The cause seems to be drawing the mouse cursor on multiple displays

without an external display no problems.

GNOME Shell does not crash until
- a window exists
https://bugzilla.gnome.org/show_bug.cgi?id=765285

There is some special handling of the mouse cursor on external displays within and inch of a cross-display boundary
if a window edge is placed here, say a maximized window on the external display, displaying a different mouse cursor shape, the mouse shape change close to a cross-display boundary causes the halt to occur almost immediately

dpkg -s weston | egrep ^V
Version: 1.9.0-3
dpkg -s libwayland-server0 | egrep ^V
Version: 1.10.0-1~xenial0
lsb_release -sd
Ubuntu 16.04 LTS
uname -r
4.4.0-21-generic
Comment 1 Pekka Paalanen 2016-04-25 08:58:54 UTC
Sounds like a driver bug. It has nothing to do with Wayland, and I believe also gnome-shell and weston are just triggers, not at blame here.

You say the problem did not exist on Weston 1.8.0? Does it occur with 1.8.0 now that you have the rest of the system upgraded? If yes, it is not a Weston regression but most likely with the drivers.

If simply downgrading Weston alone does make the problem go away, then please try weston 1.10. If 1.10 is also problematic, it would be good to bisect which change in weston caused it.
Comment 2 Harry 2016-04-25 18:22:45 UTC
This bugs hangs the CPU (as in not only the GPU)
The system has to be powered off with a 4-second power button press
It is clearly a kernel problem, does that mean it has to be drm?

I was reading over here:
https://01.org/linuxgraphics/documentation/how-report-bugs
- So I should use drm-intel-nightly
I can capture dmesg until halt on another networked machine
I am not sure if cat /sys/class/drm/card0/error will be possible since the cpu halts?
(kernel options: drm.debug=0x1e log_buf_len=1M)

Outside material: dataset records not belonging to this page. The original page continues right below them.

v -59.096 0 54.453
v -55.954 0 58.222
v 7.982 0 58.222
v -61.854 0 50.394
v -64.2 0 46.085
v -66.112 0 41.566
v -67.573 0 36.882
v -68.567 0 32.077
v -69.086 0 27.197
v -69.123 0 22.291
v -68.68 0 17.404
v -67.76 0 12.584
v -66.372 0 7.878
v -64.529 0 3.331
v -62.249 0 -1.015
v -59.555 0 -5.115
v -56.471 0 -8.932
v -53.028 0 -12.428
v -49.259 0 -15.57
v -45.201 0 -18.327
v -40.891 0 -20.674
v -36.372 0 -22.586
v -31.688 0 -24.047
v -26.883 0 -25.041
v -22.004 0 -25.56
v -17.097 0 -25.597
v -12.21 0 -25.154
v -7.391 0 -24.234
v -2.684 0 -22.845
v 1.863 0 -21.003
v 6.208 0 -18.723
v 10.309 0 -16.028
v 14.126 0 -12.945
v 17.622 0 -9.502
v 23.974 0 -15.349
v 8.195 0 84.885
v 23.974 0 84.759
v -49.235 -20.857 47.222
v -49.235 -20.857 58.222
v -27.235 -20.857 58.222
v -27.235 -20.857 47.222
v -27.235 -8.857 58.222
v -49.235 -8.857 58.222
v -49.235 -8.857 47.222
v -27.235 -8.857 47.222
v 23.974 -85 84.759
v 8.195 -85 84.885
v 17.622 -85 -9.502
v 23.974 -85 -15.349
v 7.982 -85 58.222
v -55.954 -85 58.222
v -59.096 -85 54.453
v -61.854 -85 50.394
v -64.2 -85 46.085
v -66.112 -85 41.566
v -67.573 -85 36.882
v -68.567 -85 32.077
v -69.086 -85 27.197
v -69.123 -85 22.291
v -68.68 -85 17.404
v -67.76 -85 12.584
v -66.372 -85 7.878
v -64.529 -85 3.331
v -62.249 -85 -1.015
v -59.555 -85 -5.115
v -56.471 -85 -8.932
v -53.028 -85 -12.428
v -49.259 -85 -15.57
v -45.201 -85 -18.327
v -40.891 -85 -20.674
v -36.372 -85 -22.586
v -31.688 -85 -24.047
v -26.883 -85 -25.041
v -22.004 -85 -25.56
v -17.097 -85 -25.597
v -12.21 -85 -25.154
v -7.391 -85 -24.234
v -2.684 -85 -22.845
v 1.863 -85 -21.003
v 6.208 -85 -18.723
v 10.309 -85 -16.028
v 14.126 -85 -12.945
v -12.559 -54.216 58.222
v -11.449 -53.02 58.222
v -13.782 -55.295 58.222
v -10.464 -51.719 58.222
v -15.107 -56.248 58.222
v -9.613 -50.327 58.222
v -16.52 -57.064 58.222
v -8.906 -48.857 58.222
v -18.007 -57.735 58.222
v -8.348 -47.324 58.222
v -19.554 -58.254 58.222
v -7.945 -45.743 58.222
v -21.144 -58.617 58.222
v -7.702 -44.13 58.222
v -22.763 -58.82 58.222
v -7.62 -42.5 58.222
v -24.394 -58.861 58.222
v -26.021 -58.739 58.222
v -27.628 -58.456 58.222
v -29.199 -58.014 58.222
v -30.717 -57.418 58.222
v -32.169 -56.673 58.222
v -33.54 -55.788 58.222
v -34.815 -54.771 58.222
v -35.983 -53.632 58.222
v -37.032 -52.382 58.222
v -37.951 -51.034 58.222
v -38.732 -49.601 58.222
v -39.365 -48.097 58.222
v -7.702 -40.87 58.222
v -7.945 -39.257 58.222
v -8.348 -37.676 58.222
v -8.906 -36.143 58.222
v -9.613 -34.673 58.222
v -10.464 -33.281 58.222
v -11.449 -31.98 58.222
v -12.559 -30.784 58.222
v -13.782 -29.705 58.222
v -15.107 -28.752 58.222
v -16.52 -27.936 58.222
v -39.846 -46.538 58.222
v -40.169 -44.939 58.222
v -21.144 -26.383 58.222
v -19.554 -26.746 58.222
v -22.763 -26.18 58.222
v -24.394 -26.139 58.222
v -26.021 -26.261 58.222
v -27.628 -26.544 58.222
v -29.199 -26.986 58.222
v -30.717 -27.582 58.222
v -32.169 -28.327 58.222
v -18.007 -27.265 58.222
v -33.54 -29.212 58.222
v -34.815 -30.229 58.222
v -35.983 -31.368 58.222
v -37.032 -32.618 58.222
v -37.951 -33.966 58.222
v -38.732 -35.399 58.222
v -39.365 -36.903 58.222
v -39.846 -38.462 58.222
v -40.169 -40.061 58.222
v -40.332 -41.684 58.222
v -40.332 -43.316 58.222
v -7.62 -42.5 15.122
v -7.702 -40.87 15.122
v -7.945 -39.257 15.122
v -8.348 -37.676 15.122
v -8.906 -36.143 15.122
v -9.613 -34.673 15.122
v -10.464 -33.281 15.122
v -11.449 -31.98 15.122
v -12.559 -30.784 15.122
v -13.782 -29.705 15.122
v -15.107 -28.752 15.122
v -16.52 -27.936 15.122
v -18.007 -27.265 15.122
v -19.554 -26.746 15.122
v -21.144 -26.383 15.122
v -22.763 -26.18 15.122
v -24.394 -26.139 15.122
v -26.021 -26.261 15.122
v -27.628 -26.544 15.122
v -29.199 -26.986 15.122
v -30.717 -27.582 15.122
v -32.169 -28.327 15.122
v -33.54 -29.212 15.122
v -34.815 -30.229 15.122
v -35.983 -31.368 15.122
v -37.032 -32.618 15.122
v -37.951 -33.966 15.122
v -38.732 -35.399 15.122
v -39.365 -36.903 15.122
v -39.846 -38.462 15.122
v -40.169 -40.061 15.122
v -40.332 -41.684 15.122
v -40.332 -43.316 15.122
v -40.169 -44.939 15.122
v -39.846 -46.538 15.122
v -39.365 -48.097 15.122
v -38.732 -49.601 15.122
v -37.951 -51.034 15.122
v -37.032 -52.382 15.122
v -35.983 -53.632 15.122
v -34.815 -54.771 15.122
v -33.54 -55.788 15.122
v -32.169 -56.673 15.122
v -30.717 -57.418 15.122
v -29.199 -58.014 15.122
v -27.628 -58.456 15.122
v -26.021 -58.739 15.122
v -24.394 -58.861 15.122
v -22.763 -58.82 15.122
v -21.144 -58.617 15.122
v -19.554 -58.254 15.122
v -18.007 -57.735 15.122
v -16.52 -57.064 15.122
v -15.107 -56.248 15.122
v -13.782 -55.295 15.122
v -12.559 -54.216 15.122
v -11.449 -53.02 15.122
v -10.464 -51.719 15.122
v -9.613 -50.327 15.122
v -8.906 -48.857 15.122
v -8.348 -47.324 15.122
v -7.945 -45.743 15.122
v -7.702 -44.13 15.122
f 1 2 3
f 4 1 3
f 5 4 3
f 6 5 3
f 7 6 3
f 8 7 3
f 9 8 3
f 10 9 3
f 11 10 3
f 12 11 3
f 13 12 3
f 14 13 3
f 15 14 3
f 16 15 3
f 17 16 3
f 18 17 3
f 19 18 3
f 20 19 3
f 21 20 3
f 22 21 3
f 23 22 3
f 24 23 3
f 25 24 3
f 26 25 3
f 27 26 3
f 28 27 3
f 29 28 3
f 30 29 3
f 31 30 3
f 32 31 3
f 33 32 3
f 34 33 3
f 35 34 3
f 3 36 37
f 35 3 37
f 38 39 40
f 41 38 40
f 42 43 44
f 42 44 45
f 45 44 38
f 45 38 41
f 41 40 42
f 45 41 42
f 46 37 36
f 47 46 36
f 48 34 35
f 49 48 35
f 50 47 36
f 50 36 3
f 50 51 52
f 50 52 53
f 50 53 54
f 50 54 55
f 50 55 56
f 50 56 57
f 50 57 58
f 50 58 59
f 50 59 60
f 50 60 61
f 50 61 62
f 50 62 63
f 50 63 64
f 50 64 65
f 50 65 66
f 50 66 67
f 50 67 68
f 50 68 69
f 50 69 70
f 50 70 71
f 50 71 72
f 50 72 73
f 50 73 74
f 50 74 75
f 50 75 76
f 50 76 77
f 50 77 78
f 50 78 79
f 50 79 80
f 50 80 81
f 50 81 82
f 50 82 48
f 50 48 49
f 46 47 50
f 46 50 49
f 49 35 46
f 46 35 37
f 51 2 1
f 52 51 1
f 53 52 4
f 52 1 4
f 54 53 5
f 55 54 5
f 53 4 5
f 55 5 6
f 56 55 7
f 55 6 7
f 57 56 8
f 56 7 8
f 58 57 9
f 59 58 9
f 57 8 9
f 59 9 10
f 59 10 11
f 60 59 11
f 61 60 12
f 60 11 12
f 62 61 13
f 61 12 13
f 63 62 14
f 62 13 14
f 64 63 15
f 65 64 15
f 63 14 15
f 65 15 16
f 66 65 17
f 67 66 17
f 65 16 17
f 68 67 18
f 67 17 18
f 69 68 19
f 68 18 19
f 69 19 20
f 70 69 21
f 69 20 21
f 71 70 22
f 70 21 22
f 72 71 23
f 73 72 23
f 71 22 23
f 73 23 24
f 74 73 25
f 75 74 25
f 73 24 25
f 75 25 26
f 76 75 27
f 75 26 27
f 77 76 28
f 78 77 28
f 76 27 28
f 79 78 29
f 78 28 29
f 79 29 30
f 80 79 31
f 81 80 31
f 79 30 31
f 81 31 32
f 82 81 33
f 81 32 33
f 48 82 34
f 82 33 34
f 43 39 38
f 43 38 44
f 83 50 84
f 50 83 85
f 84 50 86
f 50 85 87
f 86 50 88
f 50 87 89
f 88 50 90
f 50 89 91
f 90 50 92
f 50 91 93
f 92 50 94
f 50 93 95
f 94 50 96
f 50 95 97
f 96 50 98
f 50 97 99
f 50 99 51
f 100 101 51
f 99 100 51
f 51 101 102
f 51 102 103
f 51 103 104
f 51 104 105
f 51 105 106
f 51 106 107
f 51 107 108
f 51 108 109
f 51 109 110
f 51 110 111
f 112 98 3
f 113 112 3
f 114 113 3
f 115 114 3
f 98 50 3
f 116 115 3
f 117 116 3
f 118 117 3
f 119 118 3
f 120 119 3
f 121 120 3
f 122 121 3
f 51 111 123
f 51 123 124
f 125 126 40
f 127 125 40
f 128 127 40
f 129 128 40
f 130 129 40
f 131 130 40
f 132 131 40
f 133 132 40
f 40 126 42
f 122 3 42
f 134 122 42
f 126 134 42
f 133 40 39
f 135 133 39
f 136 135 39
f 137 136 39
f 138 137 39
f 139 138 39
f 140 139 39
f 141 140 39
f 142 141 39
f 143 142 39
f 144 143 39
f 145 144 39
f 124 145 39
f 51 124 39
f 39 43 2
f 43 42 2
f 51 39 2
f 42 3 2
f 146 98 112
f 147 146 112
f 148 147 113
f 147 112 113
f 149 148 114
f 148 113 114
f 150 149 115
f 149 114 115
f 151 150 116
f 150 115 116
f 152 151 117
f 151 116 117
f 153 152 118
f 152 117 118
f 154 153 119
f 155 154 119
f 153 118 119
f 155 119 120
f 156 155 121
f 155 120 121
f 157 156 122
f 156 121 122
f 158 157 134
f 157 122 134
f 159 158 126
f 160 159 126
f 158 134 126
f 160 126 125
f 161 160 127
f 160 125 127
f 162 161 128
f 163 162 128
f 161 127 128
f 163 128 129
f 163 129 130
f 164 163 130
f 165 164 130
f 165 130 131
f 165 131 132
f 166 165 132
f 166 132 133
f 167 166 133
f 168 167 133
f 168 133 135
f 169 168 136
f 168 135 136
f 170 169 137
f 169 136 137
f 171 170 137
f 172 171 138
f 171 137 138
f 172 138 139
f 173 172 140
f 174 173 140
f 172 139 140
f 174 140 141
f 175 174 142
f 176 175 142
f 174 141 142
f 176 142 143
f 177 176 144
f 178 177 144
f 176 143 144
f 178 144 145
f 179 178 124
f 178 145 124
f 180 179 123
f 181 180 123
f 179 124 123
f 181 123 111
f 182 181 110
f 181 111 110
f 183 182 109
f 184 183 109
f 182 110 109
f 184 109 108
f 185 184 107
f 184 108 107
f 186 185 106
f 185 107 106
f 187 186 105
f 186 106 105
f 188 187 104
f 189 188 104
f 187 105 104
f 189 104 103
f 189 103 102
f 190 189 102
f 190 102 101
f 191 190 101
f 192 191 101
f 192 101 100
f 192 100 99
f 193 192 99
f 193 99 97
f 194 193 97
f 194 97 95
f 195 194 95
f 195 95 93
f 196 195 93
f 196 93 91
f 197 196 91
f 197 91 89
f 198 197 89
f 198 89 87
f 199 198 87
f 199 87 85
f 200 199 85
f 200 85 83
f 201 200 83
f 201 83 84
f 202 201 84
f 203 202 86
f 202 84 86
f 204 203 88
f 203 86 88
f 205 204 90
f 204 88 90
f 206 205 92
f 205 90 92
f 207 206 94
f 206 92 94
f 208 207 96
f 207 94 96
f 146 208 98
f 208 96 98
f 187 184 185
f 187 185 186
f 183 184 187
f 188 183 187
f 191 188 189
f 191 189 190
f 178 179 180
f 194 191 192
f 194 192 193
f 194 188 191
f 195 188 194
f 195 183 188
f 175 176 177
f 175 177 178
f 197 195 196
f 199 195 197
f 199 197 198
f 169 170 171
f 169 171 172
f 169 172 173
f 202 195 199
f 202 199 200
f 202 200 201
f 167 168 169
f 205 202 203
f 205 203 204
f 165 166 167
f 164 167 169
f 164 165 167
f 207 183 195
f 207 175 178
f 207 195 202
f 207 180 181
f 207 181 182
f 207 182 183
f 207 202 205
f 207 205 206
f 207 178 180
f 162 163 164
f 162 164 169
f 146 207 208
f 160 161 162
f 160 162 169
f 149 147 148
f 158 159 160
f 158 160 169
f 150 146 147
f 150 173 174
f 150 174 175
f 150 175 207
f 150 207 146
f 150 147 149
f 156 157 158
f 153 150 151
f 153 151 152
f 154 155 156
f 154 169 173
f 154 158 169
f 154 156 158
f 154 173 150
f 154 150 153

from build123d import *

# Parameters (mm, degrees)
F1_DEPTH = 85
F2_R     = 16.36591
F3_DEPTH = 43.1
F4_W     = 22
F4_H     = 12
F5_DEPTH = 11


with BuildPart() as f1:
    # F0 (on Front) → F1 (new body)
    with BuildSketch(Plane.XZ):
        with BuildLine():
            ThreePointArc((-55.954337, 58.221886), (-53.02819, -12.428221), (17.621917, -9.502074))
            Line((17.621917, -9.502074), (23.973947, -15.34886))
            Line((23.973947, -15.34886), (23.973947, 84.758947))
            Line((23.973947, 84.758947), (8.195213, 84.885334))
            Line((8.195213, 84.885334), (7.981639, 58.221886))
            Line((7.981639, 58.221886), (-55.954337, 58.221886))
        make_face()
    extrude(amount=F1_DEPTH)

    # F2 (on face) → F3 (cut)
    with BuildSketch(Plane.XY.offset(58.221886)):
        with Locations((-23.986349, -42.5)):
            Circle(F2_R)
    extrude(amount=-F3_DEPTH, mode=Mode.SUBTRACT)

    # F4 (on face) → F5 (cut)
    with BuildSketch(Plane.XY.offset(58.221886)):
        with Locations((-38.234517, -14.8571)):
            Rectangle(F4_W, F4_H)
    extrude(amount=-F5_DEPTH, mode=Mode.SUBTRACT)


solid = f1.part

However, this is a MacBook Pro 2015 13", "everybody" has one.
And it's the latest 16.04 "everybody" has that, too

cpu/gpu: i5-5287U CPU @ 2.90GHz
Two displays via two DisplayPort cables
- it crashes with a single external display, too
- it does not crash without external displays

Running Weston from 16.04, it's 100% reproducible

uname --kernel-release --machine
4.4.0-21-generic x86_64

I am running KDE/X now, b/c that does not crash.
Comment 3 Jani Nikula 2016-04-26 07:24:03 UTC
(In reply to Harry from comment #0)
> There is some special handling of the mouse cursor on external displays
> within and inch of a cross-display boundary
> if a window edge is placed here, say a maximized window on the external
> display, displaying a different mouse cursor shape, the mouse shape change
> close to a cross-display boundary causes the halt to occur almost immediately

Sounds familiar, and I think we may have fixed this already. Can you try v4.6-rc5 or drm-intel-nightly branch of http://cgit.freedesktop.org/drm-intel?
Comment 4 maria guadalupe 2016-05-09 18:25:16 UTC
With the following configuration on the processor i5-5200U 2.2 GHZ i can see the issue reported on this bug, i5-5200U 2.2 GHZ
 
|=== Software information ===|

 ++ Kernel version                      : 4.6.0-rc7-drm-intel-nightly-ww20-commit-bcc6a84+
 ++ Linux distribution                  : Ubuntu 15.10
 ++ Architecture                        : 64-bit
 ++ Mesa version                        : 11.1.2 (git-7bcd827
 ++ xf86-video-intel version            : 2.99.917
 ++ Xorg-Xserver version                : 1.18.99.1
 ++ DRM version                         : 2.4.67
 ++ VAAPI version                       : Intel i965 driver for Intel(R) Broadwell - 1.7.1.pre1 (1.7.0-8-g2c1bec0)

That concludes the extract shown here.